[Prompt]
Beneath this line are the data; copy exactly the part of them that opens with the line containing "#44=VERTEX_POINT('',#43);" and closes with the line containing "#65=CYLINDRICAL_SURFACE('',#58,334.682119);", and only that part.

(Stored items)

+ + + + + + +

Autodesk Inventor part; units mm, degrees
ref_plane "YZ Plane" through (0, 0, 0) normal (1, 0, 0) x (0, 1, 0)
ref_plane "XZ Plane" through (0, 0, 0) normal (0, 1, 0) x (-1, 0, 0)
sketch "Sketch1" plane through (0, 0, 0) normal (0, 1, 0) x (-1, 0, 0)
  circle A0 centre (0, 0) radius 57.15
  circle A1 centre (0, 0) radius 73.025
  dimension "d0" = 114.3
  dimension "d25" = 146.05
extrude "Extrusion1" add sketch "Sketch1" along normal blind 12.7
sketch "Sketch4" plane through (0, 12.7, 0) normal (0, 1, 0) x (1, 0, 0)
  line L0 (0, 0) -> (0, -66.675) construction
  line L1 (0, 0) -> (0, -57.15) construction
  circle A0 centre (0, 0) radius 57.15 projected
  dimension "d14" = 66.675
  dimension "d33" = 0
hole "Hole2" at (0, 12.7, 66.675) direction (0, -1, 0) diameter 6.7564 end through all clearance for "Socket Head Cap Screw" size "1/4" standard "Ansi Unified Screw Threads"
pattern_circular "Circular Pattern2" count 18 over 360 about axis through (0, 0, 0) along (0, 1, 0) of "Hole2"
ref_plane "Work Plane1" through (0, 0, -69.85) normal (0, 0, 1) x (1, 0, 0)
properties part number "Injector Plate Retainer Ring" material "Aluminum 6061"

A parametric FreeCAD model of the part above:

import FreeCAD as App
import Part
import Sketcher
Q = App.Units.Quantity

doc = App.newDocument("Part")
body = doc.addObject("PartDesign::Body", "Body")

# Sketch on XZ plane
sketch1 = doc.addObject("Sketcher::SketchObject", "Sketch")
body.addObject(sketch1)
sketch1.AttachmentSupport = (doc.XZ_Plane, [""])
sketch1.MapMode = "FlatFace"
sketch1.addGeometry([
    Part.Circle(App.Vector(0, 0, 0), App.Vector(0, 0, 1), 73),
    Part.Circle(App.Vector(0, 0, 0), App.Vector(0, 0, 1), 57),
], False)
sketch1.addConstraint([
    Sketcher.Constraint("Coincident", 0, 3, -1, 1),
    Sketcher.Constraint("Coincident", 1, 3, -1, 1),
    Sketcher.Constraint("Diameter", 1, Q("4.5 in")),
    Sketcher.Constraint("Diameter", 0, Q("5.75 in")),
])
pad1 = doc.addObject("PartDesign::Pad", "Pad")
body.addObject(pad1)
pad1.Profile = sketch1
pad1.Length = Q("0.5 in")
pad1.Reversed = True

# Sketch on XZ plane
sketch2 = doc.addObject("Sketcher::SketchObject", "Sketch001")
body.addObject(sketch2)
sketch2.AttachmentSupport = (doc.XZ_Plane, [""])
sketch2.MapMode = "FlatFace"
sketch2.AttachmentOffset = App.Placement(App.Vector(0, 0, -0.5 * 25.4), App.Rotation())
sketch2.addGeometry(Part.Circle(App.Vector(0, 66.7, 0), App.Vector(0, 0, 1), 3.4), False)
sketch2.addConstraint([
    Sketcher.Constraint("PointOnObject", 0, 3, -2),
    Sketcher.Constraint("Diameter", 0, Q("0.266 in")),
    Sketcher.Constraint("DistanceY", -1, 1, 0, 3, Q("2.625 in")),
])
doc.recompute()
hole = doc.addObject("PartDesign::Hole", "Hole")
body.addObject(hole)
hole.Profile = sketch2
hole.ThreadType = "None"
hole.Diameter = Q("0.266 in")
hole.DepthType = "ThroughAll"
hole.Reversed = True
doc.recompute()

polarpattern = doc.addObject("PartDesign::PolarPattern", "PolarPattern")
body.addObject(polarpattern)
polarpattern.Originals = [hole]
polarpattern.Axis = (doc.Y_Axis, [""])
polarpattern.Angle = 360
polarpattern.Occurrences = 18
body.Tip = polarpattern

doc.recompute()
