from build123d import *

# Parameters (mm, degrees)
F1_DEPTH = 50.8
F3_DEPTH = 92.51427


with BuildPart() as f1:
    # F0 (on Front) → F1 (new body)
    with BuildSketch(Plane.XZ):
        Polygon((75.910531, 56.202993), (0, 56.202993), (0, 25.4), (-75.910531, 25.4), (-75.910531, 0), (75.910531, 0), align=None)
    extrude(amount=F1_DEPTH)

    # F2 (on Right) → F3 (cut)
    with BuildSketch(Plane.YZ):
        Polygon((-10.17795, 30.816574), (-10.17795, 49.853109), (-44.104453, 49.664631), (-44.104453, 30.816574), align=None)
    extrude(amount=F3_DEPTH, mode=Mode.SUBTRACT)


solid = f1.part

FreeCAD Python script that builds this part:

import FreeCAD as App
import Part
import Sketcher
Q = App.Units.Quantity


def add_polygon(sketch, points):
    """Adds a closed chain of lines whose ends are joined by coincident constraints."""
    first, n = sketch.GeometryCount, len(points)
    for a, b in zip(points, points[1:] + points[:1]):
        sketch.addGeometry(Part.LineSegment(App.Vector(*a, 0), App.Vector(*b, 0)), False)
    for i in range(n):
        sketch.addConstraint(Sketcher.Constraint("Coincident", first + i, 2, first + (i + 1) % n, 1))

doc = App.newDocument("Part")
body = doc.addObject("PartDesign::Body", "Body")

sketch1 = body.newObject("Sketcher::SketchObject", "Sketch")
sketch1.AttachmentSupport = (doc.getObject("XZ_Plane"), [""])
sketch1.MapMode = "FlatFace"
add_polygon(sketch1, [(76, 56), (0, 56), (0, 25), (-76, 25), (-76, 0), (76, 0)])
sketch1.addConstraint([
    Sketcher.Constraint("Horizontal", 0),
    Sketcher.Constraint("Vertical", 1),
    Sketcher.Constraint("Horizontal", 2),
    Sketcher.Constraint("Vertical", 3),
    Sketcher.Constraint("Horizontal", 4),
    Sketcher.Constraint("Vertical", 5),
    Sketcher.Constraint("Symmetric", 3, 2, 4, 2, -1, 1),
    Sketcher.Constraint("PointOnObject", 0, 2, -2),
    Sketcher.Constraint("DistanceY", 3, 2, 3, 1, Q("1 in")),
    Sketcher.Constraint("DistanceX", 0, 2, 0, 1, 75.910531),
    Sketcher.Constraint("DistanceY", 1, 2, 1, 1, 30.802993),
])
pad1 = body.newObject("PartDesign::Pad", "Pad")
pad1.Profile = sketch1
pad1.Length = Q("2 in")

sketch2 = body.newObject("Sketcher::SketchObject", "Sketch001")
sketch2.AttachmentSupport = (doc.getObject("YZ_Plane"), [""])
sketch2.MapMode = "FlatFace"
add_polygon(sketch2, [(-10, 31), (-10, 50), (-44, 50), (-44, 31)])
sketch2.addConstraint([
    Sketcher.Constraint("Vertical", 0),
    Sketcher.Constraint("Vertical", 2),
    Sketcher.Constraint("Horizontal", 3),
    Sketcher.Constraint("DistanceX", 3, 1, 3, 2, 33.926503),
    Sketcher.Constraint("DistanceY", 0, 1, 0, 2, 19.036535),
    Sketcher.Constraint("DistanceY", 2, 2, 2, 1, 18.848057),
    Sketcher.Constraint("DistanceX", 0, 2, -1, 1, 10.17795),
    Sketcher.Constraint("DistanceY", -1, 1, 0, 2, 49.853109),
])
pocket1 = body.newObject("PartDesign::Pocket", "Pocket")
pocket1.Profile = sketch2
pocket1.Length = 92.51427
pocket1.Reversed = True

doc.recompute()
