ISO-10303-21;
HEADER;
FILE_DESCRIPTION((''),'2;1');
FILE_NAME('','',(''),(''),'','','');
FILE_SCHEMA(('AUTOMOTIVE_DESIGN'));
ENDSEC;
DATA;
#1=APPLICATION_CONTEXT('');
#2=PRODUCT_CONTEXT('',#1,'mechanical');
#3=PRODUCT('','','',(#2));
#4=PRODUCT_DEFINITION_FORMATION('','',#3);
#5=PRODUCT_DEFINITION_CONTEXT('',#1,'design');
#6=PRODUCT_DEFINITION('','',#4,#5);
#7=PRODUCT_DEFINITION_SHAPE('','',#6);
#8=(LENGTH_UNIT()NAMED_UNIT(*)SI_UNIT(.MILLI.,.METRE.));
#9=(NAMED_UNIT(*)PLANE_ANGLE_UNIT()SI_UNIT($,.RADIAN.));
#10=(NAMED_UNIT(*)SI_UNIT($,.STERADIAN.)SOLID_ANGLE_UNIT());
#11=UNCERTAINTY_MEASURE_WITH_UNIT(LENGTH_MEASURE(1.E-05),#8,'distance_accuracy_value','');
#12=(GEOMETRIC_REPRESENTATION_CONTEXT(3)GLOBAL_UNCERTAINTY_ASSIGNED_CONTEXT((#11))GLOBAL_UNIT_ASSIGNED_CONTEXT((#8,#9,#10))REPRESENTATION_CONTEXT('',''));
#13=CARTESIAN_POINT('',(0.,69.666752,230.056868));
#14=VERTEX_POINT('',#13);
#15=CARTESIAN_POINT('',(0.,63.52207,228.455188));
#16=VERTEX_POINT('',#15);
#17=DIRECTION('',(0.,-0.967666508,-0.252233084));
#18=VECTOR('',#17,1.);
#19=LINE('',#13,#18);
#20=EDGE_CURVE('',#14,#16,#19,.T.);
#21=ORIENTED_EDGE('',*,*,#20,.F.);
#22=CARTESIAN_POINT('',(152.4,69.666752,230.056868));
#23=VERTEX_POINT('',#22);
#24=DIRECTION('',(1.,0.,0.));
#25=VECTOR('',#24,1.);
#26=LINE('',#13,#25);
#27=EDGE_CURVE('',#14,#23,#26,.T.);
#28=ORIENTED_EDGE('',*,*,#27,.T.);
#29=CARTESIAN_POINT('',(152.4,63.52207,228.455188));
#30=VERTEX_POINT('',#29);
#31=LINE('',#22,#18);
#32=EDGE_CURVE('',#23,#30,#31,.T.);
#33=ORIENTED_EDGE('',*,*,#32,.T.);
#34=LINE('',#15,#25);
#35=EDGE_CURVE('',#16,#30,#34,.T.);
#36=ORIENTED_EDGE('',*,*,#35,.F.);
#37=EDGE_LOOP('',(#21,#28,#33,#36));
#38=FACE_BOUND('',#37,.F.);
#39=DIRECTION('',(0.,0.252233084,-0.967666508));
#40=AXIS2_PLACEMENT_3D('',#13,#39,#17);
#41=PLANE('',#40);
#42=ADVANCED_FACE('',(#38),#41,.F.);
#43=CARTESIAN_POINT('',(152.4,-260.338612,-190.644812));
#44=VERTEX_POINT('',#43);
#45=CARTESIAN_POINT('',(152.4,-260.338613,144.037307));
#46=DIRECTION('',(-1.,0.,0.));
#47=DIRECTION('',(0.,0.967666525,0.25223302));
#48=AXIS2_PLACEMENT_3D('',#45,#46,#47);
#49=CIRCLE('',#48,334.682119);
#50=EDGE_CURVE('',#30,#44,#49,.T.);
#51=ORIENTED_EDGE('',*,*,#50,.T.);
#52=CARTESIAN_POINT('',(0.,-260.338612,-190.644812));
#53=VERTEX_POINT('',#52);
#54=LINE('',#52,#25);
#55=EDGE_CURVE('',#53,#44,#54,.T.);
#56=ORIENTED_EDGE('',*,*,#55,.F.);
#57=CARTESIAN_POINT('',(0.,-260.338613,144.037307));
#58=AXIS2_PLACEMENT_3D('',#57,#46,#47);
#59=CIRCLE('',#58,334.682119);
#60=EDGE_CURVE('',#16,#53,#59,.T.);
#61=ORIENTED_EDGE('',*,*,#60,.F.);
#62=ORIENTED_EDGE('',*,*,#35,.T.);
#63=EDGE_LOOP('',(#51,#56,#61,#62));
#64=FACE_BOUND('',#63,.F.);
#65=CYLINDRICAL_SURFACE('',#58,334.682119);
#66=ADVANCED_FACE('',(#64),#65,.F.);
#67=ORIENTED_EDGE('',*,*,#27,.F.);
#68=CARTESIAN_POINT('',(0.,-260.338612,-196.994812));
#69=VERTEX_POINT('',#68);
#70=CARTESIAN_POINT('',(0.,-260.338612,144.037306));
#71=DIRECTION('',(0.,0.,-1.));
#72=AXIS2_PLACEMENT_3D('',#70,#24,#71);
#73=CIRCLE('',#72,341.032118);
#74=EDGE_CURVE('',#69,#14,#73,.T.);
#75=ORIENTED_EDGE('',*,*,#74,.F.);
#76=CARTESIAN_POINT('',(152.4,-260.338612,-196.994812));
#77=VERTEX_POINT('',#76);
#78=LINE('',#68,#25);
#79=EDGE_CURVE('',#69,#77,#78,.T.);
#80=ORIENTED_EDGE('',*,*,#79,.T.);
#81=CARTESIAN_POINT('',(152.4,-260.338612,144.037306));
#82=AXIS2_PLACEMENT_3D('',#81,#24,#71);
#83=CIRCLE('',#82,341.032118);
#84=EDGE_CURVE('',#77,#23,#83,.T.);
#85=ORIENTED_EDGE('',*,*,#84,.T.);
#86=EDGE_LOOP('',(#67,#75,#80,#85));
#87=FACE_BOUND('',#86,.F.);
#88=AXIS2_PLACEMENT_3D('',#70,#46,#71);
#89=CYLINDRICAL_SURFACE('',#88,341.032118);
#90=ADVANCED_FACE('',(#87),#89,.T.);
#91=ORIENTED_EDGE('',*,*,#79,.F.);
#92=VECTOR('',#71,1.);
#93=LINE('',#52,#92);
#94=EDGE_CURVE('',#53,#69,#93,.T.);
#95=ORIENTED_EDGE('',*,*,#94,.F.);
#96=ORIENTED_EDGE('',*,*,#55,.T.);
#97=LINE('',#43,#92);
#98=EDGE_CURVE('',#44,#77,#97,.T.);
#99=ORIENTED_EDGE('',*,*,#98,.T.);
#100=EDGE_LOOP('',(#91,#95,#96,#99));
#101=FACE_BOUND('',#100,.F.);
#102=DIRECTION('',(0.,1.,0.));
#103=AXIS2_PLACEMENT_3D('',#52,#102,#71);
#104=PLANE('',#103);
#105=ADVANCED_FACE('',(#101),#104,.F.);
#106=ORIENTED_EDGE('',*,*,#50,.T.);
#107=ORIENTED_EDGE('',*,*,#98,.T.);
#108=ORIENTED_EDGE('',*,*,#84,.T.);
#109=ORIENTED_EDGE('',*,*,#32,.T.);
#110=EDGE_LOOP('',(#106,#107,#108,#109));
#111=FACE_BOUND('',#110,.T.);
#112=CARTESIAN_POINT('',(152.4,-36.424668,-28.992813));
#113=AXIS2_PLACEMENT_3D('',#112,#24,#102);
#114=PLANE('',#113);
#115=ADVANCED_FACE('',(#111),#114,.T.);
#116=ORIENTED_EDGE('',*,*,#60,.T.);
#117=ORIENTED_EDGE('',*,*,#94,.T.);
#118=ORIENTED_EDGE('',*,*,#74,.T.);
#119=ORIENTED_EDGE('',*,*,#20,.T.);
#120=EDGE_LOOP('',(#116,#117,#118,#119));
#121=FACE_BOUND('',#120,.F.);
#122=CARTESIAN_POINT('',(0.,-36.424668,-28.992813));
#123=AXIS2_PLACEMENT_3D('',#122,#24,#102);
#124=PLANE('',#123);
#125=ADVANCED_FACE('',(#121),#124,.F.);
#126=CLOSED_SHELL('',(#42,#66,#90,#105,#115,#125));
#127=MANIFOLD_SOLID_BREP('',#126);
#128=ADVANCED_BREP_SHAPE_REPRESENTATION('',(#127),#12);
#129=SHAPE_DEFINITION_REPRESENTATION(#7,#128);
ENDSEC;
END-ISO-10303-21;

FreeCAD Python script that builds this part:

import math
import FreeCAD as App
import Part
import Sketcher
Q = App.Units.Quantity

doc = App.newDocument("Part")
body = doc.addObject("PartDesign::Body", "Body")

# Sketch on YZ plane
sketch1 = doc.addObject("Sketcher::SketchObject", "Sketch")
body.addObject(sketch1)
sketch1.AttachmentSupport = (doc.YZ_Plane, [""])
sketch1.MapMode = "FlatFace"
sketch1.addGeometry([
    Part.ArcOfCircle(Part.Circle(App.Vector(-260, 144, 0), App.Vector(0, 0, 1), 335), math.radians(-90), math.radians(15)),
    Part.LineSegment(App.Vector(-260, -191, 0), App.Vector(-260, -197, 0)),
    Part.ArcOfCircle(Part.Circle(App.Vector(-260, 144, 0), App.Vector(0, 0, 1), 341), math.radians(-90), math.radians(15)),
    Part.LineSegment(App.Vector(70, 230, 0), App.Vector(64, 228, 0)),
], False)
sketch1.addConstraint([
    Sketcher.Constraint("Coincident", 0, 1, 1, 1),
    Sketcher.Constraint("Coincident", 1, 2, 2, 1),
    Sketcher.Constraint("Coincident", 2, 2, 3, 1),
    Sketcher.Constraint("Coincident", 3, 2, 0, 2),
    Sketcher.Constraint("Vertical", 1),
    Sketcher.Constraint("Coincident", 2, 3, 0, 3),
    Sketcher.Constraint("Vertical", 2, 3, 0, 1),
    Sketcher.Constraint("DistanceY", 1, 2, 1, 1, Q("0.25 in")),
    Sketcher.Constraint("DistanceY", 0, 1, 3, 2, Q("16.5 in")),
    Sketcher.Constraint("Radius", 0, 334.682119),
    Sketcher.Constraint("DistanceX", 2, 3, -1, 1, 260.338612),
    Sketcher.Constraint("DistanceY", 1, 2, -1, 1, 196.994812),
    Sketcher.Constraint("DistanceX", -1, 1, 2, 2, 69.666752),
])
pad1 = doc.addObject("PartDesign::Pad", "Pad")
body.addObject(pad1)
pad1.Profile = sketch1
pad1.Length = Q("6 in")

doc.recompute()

+ + + + + + +

[Output]
#44=VERTEX_POINT('',#43);
#45=CARTESIAN_POINT('',(152.4,-260.338613,144.037307));
#46=DIRECTION('',(-1.,0.,0.));
#47=DIRECTION('',(0.,0.967666525,0.25223302));
#48=AXIS2_PLACEMENT_3D('',#45,#46,#47);
#49=CIRCLE('',#48,334.682119);
#50=EDGE_CURVE('',#30,#44,#49,.T.);
#51=ORIENTED_EDGE('',*,*,#50,.T.);
#52=CARTESIAN_POINT('',(0.,-260.338612,-190.644812));
#53=VERTEX_POINT('',#52);
#54=LINE('',#52,#25);
#55=EDGE_CURVE('',#53,#44,#54,.T.);
#56=ORIENTED_EDGE('',*,*,#55,.F.);
#57=CARTESIAN_POINT('',(0.,-260.338613,144.037307));
#58=AXIS2_PLACEMENT_3D('',#57,#46,#47);
#59=CIRCLE('',#58,334.682119);
#60=EDGE_CURVE('',#16,#53,#59,.T.);
#61=ORIENTED_EDGE('',*,*,#60,.F.);
#62=ORIENTED_EDGE('',*,*,#35,.T.);
#63=EDGE_LOOP('',(#51,#56,#61,#62));
#64=FACE_BOUND('',#63,.F.);
#65=CYLINDRICAL_SURFACE('',#58,334.682119);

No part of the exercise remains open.